Skip to content

ADR-0001 — Project architecture & technology stack

  • Status: Accepted
  • Date: 2026-06-03
  • Author: Maxime GOURGUECHON

Context

We are building a production-grade analytics & forecasting platform on the BMW_sales_data_(2010-2024) dataset (50,000 rows, 11 columns, no missing values). The deliverable targets a senior data-science portfolio: it must demonstrate econometrics, ML, DL, external-data augmentation, a premium UI, containerisation and CI/CD — with clean, modular, typed, tested code.

Decision

Layout — src/ layout package (bmw_sales)

A src/-layout installable package (pip install -e .) rather than loose notebook scripts.
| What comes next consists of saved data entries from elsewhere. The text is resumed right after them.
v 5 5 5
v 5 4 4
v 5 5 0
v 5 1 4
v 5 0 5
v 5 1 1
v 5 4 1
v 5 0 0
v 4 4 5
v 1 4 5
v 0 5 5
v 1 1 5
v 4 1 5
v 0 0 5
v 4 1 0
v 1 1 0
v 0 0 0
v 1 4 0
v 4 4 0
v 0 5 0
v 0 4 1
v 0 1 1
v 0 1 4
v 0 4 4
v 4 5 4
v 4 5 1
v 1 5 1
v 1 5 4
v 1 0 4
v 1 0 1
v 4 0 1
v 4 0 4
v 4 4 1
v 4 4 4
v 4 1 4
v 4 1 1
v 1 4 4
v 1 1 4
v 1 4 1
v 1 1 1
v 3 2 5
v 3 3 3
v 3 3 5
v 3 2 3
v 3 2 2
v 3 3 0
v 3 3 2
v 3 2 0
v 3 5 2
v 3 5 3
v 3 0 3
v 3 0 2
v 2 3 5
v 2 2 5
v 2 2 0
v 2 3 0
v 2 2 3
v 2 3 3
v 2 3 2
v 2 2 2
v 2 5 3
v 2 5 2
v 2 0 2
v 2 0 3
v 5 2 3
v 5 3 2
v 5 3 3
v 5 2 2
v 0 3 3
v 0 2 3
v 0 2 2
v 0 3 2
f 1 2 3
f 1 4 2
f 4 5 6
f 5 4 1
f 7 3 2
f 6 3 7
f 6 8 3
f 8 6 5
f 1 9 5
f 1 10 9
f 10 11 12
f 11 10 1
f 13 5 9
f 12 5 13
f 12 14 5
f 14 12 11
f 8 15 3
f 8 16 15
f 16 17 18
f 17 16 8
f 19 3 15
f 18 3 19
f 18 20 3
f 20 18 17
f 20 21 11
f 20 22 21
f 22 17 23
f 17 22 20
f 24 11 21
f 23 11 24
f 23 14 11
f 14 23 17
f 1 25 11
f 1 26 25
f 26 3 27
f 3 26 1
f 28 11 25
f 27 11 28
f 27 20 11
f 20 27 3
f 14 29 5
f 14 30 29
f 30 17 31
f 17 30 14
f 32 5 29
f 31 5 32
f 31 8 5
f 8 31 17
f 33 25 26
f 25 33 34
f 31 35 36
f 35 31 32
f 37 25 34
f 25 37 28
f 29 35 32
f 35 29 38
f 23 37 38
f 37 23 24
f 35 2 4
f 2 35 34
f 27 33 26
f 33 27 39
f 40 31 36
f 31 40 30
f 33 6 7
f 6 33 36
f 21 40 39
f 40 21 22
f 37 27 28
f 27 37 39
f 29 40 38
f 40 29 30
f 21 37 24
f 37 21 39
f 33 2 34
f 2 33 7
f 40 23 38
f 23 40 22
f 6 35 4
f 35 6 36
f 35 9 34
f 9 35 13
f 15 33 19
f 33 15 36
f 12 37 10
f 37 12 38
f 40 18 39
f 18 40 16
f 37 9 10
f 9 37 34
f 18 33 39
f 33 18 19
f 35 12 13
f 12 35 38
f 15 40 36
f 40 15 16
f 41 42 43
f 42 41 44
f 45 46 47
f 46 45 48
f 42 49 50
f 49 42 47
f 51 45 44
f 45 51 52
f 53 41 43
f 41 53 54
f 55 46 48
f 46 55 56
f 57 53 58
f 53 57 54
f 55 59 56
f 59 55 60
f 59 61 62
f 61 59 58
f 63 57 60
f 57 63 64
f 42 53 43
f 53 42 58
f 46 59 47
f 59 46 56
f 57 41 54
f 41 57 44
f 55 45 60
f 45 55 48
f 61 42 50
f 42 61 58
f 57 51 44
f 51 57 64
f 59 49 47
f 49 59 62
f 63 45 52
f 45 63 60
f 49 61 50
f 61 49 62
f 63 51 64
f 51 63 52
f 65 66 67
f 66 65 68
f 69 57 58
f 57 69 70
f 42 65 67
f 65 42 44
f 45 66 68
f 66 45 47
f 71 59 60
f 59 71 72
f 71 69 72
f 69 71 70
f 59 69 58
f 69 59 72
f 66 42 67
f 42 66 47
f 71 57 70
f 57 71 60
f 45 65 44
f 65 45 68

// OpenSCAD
//The thickness of the Cube
CubeThickness=1;
//The size of the gap between the cross and the cube, measured on each face
GapSize=1;
//The thickness of the Cross
CrossThickness=1;
/* [Hidden] */
Size=1;
CubeHoleSize=GapSize*2+CrossThickness;
RealSize=CubeThickness*2+CubeHoleSize;
difference() {
    difference() {
        difference() {
            cube(RealSize);
            translate([CubeThickness,0,CubeThickness]) {
                cube([CubeHoleSize,RealSize,CubeHoleSize]);
            }
        }
        translate([0,CubeThickness,CubeThickness]) {
            cube([RealSize,CubeHoleSize,CubeHoleSize]);
        }
    }
    translate([CubeThickness,CubeThickness,0]) {
        cube([CubeHoleSize,CubeHoleSize,RealSize]);
    }
}
translate([CubeThickness+GapSize,CubeThickness+GapSize,0]) {
    cube([CrossThickness,CrossThickness,RealSize]);
}
translate([CubeThickness+GapSize,0,CubeThickness+GapSize]) {
    cube([CrossThickness,RealSize,CrossThickness]);
}
translate([0,CubeThickness+GapSize,CubeThickness+GapSize]) {
    cube([RealSize,CrossThickness,CrossThickness]);
}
This forces explicit imports, prevents accidental reliance on the CWD, and makes the same code importable from tests, the Streamlit app and Docker identically.

src/bmw_sales/
  config.py          # typed settings + canonical dataset schema
  data/              # loading, validation, integrity report
  audit/             # No-Signal Auditor: permutation, positive control (ADR-0006)
  apis/              # hybrid real+mock external clients
  features/          # feature engineering pipelines
  econometrics/      # OLS / hedonic / elasticity models
  models/            # ML (XGB/LGBM/CatBoost) + DL (tabular NN) + MLflow tracking
  simulation/        # Scenario Simulator + Monte-Carlo uncertainty (ADR-0008)
  explainability/    # SHAP analysis
  sql/               # DuckDB analytics over sql/queries/*.sql (ADR-0007)
app/                 # Streamlit premium UI (7 tabs)
tests/               # pytest (unit + integration)
docs/                # MkDocs Material site + ADRs (ADR-0009)
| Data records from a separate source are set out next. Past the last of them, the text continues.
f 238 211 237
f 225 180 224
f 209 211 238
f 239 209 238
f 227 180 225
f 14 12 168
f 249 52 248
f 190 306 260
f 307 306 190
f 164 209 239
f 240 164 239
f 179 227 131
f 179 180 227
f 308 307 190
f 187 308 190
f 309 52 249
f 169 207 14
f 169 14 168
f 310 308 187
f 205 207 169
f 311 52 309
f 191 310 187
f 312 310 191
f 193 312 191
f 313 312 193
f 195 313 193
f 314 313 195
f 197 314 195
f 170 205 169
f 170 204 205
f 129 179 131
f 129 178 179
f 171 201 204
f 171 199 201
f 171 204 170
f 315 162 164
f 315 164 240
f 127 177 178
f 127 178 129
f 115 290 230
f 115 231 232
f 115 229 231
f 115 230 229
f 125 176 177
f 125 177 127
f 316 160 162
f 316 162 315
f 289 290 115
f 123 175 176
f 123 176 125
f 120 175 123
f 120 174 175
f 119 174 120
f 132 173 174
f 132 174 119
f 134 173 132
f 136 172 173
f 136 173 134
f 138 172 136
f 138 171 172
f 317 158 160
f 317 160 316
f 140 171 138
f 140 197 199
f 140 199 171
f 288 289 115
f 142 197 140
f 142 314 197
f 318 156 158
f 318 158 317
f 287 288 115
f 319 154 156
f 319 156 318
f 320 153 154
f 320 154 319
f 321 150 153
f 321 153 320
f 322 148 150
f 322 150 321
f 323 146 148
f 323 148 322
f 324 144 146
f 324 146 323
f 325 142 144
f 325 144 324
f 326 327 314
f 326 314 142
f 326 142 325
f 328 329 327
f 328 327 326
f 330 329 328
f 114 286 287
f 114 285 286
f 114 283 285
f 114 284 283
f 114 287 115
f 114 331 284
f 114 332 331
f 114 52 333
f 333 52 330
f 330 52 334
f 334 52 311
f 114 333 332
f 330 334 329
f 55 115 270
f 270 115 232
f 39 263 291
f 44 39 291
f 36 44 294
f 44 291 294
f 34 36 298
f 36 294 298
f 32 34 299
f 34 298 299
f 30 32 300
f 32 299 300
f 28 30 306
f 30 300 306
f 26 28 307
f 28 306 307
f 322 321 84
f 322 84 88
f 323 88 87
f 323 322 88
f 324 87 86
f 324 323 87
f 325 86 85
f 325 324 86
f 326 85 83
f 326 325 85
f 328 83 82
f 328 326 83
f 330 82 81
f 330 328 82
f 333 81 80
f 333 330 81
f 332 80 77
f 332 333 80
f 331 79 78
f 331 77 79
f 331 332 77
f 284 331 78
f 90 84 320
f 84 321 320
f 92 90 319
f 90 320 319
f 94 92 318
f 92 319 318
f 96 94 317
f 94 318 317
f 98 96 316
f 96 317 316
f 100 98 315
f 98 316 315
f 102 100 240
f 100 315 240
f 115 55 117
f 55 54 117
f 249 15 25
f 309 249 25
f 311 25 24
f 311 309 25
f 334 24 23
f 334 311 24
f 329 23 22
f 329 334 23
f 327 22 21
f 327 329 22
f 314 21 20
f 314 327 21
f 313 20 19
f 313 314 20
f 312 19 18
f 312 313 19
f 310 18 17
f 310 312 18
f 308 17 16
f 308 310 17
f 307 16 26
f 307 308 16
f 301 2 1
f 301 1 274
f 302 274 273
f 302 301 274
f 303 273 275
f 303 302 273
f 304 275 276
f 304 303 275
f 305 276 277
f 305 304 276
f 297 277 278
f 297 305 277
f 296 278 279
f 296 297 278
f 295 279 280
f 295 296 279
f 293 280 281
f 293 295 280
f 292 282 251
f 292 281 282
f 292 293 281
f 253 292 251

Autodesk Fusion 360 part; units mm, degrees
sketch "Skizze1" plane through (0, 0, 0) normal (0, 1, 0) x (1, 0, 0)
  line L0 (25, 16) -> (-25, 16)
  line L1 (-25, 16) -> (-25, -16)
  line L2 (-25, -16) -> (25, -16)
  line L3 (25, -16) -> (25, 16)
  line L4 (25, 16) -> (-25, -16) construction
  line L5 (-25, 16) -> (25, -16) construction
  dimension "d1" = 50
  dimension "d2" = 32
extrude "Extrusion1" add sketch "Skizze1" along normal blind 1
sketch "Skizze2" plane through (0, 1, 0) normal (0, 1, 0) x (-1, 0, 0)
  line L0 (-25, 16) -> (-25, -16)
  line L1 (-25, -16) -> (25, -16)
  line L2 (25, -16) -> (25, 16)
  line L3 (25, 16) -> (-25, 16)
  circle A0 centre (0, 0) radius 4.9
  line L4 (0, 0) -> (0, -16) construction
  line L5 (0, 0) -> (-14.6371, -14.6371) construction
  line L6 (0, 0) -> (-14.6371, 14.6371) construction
This layout has grown with the project; the modules added later are recorded in their own ADRs (signal audit · SQL · uncertainty · observability), cross-linked above and listed in the ADR index.

Configuration — pydantic-settings

A single typed Settings object reads from env / .env. No magic strings; the dataset schema lives in one DatasetSchema class so a rename is one edit and is type-checked.

Stack rationale

Concern Choice Why
Econometrics statsmodels p-values, confidence intervals, robust SE — explanatory, not just predictive.
ML XGBoost / LightGBM / CatBoost SOTA gradient boosting on tabular; CatBoost handles native categoricals.
DL PyTorch tabular MLP Benchmarked against ML to justify (or refute) its use — see ADR-0004.
Explainability SHAP Model-agnostic, board-ready feature attributions.
External data requests + tenacity Hybrid real+mock with retry/circuit-breaker; offline-safe.
UI Streamlit + Plotly Fast, interactive, fully themeable to the BMW luxury identity.
SQL analytics DuckDB-over-CSV Portable, reviewable SQL with no ETL or server — ADR-0007.
Experiment tracking MLflow (file store) Zero-infrastructure run history — ADR-0009.
Docs MkDocs Material + mkdocstrings Docs-as-code: ADRs + auto API reference — ADR-0009.
Packaging Docker multi-stage Small, reproducible runtime image.
CI/CD GitHub Actions Lint · mypy · pytest (coverage gate) · pip-audit · Docker + Trivy — ADR-0005/0007.

Consequences

  • + Clear separation of concerns; every layer is independently testable.
  • + Offline-by-default reproducibility (CI never flakes on a third-party API).
  • More upfront structure than a notebook; justified by the production bar.

A critical data-quality finding shapes the analytical framing of this project; it is recorded separately in ADR-0002 (Data Integrity).